◆ Work item:
What lines below include the word "side"? Copy each one.

Records shown section start

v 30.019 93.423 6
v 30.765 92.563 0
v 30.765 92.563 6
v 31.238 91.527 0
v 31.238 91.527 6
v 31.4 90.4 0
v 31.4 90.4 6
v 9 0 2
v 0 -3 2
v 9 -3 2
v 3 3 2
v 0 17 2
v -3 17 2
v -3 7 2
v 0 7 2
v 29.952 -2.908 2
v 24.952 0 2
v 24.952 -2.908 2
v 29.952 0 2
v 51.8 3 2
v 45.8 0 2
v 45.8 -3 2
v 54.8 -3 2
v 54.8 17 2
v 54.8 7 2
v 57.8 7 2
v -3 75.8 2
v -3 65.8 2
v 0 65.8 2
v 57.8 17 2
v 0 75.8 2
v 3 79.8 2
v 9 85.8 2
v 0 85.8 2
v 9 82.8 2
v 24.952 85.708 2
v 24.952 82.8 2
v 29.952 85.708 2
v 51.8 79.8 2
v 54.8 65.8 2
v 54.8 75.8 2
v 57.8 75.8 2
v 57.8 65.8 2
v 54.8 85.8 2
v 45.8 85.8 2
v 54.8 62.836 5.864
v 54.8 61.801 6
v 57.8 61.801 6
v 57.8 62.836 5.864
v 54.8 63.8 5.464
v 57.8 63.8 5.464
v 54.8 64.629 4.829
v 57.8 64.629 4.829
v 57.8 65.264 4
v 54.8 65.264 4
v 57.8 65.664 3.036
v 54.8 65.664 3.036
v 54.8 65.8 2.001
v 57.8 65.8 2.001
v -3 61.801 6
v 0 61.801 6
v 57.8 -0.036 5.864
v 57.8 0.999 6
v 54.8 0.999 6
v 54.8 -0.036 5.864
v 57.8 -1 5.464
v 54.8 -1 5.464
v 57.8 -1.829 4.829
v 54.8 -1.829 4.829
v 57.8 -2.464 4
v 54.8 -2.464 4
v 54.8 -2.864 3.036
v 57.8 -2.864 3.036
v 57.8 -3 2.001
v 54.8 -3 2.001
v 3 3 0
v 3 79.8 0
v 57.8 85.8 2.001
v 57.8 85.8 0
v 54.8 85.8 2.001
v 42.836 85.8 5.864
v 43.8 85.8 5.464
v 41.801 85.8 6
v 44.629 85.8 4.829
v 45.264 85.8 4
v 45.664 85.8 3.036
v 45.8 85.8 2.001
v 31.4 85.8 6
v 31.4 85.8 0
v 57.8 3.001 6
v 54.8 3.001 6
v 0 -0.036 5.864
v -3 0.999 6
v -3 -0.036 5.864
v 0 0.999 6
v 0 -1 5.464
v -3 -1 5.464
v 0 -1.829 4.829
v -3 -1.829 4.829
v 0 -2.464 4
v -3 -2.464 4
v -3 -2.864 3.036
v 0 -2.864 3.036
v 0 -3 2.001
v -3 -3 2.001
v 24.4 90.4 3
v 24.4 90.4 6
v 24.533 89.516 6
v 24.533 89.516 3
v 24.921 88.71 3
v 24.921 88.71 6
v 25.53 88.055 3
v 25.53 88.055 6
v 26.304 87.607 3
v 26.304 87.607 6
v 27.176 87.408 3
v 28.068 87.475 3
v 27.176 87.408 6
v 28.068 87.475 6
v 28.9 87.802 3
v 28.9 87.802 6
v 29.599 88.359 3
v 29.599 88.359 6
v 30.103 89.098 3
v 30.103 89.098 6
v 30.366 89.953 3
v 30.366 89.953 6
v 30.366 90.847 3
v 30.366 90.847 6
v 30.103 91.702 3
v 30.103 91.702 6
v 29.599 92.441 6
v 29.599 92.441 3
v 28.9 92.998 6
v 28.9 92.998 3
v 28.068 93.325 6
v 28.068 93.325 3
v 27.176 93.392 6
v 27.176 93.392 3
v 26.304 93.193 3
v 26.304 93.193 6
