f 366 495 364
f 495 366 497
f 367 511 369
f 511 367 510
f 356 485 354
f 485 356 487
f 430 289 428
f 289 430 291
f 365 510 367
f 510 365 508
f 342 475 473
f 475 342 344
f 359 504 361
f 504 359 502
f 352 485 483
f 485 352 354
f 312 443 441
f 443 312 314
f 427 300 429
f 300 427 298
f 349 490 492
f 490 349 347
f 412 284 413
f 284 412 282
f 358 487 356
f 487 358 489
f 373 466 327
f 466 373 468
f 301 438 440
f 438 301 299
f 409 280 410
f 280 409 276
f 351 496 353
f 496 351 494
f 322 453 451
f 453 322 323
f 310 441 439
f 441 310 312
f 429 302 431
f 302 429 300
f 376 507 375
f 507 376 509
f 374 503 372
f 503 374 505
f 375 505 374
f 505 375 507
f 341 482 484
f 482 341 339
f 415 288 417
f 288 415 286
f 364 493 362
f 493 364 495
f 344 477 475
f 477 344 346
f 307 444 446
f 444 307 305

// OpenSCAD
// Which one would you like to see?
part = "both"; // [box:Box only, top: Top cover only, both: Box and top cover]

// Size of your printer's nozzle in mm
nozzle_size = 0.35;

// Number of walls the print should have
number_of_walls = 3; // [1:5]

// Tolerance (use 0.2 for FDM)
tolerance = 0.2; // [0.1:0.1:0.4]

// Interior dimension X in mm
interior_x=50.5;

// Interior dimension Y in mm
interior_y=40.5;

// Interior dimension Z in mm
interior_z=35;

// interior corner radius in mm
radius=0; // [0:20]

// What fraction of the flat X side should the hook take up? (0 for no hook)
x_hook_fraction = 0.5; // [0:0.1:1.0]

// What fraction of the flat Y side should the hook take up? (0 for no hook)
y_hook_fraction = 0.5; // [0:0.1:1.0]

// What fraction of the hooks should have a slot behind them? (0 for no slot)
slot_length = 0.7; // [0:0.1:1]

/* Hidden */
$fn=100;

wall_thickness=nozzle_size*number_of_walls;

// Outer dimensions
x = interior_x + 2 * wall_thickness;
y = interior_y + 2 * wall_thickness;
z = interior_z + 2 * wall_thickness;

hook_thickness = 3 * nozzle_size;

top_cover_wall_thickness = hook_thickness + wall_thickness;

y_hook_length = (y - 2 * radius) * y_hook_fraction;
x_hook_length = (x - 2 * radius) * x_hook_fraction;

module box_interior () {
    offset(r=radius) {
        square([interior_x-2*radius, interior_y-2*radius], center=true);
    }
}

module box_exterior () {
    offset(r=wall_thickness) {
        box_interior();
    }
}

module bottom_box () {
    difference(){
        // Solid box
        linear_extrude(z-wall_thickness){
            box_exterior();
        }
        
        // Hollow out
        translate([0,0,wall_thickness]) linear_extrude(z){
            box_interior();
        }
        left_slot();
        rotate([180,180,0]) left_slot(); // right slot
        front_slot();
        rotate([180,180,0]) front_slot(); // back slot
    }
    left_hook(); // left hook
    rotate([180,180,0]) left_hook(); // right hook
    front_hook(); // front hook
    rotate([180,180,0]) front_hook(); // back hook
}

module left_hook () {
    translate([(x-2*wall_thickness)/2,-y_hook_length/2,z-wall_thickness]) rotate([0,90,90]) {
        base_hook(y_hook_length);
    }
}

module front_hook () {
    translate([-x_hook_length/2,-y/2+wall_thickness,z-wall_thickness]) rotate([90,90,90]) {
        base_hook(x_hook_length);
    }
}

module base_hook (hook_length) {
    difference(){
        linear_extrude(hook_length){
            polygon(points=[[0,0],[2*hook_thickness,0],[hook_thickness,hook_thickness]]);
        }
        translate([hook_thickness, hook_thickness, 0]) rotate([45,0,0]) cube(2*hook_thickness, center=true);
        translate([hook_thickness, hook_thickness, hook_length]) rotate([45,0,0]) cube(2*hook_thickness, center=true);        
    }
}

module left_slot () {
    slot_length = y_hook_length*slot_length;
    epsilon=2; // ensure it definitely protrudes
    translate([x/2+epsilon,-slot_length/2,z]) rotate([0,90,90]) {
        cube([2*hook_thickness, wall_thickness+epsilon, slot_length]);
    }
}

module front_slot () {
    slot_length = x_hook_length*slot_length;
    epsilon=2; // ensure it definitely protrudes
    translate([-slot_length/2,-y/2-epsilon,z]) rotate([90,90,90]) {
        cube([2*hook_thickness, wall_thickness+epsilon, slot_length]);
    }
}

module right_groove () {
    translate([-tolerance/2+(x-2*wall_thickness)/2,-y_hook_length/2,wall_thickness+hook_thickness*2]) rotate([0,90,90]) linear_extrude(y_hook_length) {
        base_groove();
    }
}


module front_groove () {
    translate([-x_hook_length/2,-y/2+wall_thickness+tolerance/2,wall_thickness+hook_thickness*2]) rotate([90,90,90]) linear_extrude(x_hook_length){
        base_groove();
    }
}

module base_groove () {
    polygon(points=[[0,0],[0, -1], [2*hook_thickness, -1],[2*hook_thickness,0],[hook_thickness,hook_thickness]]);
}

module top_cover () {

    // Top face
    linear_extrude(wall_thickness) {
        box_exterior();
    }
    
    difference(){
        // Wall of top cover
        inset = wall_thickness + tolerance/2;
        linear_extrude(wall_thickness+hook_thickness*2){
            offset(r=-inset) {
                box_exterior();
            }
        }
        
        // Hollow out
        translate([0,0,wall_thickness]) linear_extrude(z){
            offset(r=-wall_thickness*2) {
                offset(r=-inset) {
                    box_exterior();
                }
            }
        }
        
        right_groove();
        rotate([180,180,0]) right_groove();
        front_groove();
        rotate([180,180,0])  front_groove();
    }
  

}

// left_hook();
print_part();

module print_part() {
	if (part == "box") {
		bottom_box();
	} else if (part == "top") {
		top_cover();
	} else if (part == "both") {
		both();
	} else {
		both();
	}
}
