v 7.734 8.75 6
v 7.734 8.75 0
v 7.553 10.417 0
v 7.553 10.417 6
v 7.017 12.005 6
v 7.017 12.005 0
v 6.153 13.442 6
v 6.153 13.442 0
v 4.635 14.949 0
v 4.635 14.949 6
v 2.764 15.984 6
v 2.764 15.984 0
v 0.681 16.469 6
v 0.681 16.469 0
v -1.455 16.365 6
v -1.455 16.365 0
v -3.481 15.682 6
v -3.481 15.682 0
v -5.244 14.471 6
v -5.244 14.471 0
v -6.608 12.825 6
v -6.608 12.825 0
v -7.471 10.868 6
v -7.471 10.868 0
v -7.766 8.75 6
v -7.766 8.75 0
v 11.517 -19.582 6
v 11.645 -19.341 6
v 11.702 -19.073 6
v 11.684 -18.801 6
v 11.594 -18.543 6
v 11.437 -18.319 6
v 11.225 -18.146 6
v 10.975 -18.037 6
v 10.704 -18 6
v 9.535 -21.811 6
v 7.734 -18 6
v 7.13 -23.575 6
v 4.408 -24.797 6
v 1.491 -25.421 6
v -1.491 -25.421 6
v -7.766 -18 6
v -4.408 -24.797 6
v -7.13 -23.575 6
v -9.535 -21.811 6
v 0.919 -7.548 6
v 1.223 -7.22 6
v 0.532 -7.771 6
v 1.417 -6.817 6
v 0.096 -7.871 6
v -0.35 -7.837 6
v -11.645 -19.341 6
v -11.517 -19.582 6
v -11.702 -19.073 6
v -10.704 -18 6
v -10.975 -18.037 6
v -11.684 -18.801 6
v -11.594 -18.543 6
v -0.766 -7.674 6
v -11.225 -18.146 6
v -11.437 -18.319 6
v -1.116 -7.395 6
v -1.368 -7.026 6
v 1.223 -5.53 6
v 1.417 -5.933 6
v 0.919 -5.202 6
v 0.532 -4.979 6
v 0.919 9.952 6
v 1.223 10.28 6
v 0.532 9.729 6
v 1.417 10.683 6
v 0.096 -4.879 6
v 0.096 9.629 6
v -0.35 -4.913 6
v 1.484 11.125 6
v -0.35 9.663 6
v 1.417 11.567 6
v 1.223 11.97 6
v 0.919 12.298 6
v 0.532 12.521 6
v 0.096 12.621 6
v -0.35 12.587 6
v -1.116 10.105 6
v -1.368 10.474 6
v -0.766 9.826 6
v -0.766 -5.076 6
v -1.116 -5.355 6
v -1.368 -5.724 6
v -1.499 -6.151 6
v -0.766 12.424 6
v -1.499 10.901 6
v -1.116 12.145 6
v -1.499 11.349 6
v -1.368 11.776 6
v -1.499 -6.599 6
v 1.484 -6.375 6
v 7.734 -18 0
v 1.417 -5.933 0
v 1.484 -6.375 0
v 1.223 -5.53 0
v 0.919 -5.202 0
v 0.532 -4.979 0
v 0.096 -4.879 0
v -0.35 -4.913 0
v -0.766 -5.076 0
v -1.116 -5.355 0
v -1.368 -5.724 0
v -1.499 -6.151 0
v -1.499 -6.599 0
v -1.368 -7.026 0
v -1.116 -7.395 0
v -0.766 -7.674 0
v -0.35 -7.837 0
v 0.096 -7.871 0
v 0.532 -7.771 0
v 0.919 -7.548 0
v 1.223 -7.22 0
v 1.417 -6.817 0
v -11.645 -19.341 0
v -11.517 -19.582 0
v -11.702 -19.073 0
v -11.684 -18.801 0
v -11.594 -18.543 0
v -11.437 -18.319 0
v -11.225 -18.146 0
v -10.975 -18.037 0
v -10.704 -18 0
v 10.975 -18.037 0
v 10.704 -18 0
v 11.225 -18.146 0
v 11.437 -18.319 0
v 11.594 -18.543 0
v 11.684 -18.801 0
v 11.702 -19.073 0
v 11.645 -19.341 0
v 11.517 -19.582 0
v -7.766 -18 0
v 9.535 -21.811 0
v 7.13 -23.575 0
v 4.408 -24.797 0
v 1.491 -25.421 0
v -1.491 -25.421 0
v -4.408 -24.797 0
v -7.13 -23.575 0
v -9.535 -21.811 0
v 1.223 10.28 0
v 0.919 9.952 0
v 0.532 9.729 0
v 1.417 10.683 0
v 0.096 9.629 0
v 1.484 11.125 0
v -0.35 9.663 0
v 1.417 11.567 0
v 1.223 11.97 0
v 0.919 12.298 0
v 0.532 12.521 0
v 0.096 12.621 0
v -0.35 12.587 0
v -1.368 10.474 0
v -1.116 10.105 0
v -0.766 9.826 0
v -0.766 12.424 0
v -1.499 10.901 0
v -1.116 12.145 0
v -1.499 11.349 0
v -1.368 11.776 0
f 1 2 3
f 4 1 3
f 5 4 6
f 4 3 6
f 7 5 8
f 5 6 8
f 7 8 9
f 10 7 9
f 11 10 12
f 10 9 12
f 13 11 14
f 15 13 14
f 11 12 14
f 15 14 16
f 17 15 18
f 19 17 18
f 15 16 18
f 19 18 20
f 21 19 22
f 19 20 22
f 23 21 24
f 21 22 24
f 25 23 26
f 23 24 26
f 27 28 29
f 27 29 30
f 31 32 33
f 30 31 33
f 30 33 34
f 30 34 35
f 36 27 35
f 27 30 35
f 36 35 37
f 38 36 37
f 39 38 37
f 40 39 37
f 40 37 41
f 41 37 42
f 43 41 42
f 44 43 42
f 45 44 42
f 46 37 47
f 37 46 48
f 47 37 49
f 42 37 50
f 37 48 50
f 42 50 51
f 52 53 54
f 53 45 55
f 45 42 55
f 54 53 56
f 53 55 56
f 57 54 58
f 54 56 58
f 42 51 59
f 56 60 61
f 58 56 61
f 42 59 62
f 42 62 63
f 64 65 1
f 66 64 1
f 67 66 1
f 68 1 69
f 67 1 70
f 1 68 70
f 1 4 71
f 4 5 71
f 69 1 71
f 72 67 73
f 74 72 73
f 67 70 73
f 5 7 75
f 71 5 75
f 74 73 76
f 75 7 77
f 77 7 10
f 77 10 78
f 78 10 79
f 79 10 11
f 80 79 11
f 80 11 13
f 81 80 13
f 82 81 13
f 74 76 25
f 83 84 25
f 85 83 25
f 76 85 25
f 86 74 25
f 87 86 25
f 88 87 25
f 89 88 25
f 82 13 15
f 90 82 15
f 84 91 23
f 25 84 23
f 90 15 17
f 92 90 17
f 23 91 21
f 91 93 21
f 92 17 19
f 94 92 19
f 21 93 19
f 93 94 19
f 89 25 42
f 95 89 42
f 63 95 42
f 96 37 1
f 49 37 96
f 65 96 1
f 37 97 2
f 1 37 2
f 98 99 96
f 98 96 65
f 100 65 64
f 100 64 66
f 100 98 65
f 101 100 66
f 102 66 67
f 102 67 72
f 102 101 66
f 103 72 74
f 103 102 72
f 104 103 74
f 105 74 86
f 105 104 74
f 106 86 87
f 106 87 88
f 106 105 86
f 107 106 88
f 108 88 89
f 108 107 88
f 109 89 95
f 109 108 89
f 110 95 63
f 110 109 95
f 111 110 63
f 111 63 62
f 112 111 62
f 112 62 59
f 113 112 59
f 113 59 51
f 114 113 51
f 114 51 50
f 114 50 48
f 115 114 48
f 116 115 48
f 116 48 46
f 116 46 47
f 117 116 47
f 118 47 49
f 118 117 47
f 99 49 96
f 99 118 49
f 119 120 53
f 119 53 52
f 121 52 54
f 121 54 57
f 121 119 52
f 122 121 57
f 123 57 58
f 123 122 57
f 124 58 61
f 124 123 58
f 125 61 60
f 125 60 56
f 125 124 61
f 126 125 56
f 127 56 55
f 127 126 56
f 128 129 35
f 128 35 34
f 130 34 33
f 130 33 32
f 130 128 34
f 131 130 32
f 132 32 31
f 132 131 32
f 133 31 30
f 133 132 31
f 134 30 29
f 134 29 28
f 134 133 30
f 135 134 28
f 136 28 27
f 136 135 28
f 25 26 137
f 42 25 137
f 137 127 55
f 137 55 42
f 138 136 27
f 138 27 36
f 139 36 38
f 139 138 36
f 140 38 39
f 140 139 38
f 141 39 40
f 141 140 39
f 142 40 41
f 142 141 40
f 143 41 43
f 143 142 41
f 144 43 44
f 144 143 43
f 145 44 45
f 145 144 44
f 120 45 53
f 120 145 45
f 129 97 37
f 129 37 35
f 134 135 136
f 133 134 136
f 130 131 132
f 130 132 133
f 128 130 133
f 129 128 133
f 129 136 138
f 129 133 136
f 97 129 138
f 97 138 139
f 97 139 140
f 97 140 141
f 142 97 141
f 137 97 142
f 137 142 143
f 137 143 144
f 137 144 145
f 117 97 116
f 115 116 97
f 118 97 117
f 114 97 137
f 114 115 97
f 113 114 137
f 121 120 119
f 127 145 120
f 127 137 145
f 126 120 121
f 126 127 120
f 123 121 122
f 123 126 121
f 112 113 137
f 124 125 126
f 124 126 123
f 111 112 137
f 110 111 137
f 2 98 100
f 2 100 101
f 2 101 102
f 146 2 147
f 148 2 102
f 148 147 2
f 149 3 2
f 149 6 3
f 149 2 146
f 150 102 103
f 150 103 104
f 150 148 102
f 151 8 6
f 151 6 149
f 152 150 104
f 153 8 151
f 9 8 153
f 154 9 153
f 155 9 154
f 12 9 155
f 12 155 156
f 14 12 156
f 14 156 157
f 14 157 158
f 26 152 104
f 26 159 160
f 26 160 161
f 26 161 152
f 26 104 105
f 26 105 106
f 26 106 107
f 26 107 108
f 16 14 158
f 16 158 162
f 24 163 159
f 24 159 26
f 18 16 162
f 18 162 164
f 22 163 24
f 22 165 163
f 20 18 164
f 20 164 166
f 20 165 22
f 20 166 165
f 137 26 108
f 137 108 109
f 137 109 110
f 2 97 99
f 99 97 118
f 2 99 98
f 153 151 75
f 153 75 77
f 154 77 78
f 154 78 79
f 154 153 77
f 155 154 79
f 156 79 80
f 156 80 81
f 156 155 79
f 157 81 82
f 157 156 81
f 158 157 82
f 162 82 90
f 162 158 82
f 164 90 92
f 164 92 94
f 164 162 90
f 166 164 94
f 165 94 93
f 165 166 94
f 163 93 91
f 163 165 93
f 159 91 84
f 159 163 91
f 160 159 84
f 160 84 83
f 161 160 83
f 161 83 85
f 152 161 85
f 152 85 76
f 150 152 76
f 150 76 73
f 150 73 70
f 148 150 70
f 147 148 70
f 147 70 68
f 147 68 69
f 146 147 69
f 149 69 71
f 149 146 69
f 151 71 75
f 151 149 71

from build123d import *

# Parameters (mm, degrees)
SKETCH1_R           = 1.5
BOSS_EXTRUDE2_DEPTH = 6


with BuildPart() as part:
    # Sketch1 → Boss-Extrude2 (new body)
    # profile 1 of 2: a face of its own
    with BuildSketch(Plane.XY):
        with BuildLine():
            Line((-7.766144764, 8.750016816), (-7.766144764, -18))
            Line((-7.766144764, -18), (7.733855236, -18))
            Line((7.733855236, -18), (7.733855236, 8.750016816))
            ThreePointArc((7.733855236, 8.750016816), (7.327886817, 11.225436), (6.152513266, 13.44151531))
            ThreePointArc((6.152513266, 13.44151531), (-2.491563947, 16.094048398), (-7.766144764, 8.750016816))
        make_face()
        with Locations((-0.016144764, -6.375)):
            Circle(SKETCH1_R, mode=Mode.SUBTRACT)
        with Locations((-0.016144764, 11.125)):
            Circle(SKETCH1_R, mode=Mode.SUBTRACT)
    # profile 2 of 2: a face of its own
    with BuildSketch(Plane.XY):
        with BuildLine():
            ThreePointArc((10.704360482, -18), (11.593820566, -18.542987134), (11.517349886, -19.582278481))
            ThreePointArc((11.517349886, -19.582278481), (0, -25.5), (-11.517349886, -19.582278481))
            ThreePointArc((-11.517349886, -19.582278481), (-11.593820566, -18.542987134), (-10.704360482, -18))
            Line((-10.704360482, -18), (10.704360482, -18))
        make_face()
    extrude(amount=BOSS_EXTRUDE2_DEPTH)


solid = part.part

Records shown section end

◆ Task answer:
// What fraction of the flat X side should the hook take up? (0 for no hook)
// What fraction of the flat Y side should the hook take up? (0 for no hook)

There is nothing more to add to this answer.